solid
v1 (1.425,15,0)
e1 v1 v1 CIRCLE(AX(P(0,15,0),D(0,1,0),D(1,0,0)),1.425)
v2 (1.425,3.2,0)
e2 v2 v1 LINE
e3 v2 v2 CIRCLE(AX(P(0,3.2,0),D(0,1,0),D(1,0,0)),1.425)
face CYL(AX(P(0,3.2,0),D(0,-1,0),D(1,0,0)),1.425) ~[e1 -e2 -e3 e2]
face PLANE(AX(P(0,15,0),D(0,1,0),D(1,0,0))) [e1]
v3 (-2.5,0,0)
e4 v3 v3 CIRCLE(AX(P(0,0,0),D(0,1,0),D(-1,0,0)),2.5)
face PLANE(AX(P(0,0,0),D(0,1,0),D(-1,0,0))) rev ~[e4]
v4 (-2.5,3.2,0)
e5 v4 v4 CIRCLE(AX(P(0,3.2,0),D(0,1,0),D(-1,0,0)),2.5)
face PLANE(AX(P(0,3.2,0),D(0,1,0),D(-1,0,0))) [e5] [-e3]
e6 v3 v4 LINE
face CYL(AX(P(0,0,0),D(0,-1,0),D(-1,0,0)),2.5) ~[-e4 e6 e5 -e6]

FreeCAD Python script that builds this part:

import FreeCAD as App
import Part
import Sketcher
from FreeCAD import Vector

doc = App.newDocument("Part")
body = doc.addObject("PartDesign::Body", "Body")

sketch1 = body.newObject("Sketcher::SketchObject", "Sketch")
sketch1.AttachmentSupport = (doc.getObject("XZ_Plane"), [""])
sketch1.MapMode = "FlatFace"
sketch1.addGeometry(Part.Circle(Vector(0, 0, 0), Vector(0, 0, 1), 2.5), False)
sketch1.addConstraint(Sketcher.Constraint("Coincident", 0, 3, -1, 1))
sketch1.addConstraint(Sketcher.Constraint("Diameter", 0, 5.0))
pad1 = body.newObject("PartDesign::Pad", "Pad")
pad1.Profile = sketch1
pad1.Length = 3.2
pad1.Reversed = True

sketch2 = body.newObject("Sketcher::SketchObject", "Sketch001")
sketch2.AttachmentSupport = (doc.getObject("XZ_Plane"), [""])
sketch2.MapMode = "FlatFace"
sketch2.AttachmentOffset = App.Placement(Vector(0, 0, -3.2), App.Rotation())
sketch2.addGeometry(Part.Circle(Vector(0, 0, 0), Vector(0, 0, 1), 1.4), False)
sketch2.addConstraint(Sketcher.Constraint("Coincident", 0, 3, -1, 1))
sketch2.addConstraint(Sketcher.Constraint("Diameter", 0, 2.85))
pad2 = body.newObject("PartDesign::Pad", "Pad001")
pad2.Profile = sketch2
pad2.Length = 11.8
pad2.Reversed = True

doc.recompute()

■ **TASK**: Where a line contains "e6 v3 v4 LINE", begin there and output each line through the end of the data above, exactly; give no other lines.

■ **EXPECTED ANSWER**:
e6 v3 v4 LINE
face CYL(AX(P(0,0,0),D(0,-1,0),D(-1,0,0)),2.5) ~[-e4 e6 e5 -e6]

FreeCAD Python script that builds this part:

import FreeCAD as App
import Part
import Sketcher
from FreeCAD import Vector

doc = App.newDocument("Part")
body = doc.addObject("PartDesign::Body", "Body")

sketch1 = body.newObject("Sketcher::SketchObject", "Sketch")
sketch1.AttachmentSupport = (doc.getObject("XZ_Plane"), [""])
sketch1.MapMode = "FlatFace"
sketch1.addGeometry(Part.Circle(Vector(0, 0, 0), Vector(0, 0, 1), 2.5), False)
sketch1.addConstraint(Sketcher.Constraint("Coincident", 0, 3, -1, 1))
sketch1.addConstraint(Sketcher.Constraint("Diameter", 0, 5.0))
pad1 = body.newObject("PartDesign::Pad", "Pad")
pad1.Profile = sketch1
pad1.Length = 3.2
pad1.Reversed = True

sketch2 = body.newObject("Sketcher::SketchObject", "Sketch001")
sketch2.AttachmentSupport = (doc.getObject("XZ_Plane"), [""])
sketch2.MapMode = "FlatFace"
sketch2.AttachmentOffset = App.Placement(Vector(0, 0, -3.2), App.Rotation())
sketch2.addGeometry(Part.Circle(Vector(0, 0, 0), Vector(0, 0, 1), 1.4), False)
sketch2.addConstraint(Sketcher.Constraint("Coincident", 0, 3, -1, 1))
sketch2.addConstraint(Sketcher.Constraint("Diameter", 0, 2.85))
pad2 = body.newObject("PartDesign::Pad", "Pad001")
pad2.Profile = sketch2
pad2.Length = 11.8
pad2.Reversed = True

doc.recompute()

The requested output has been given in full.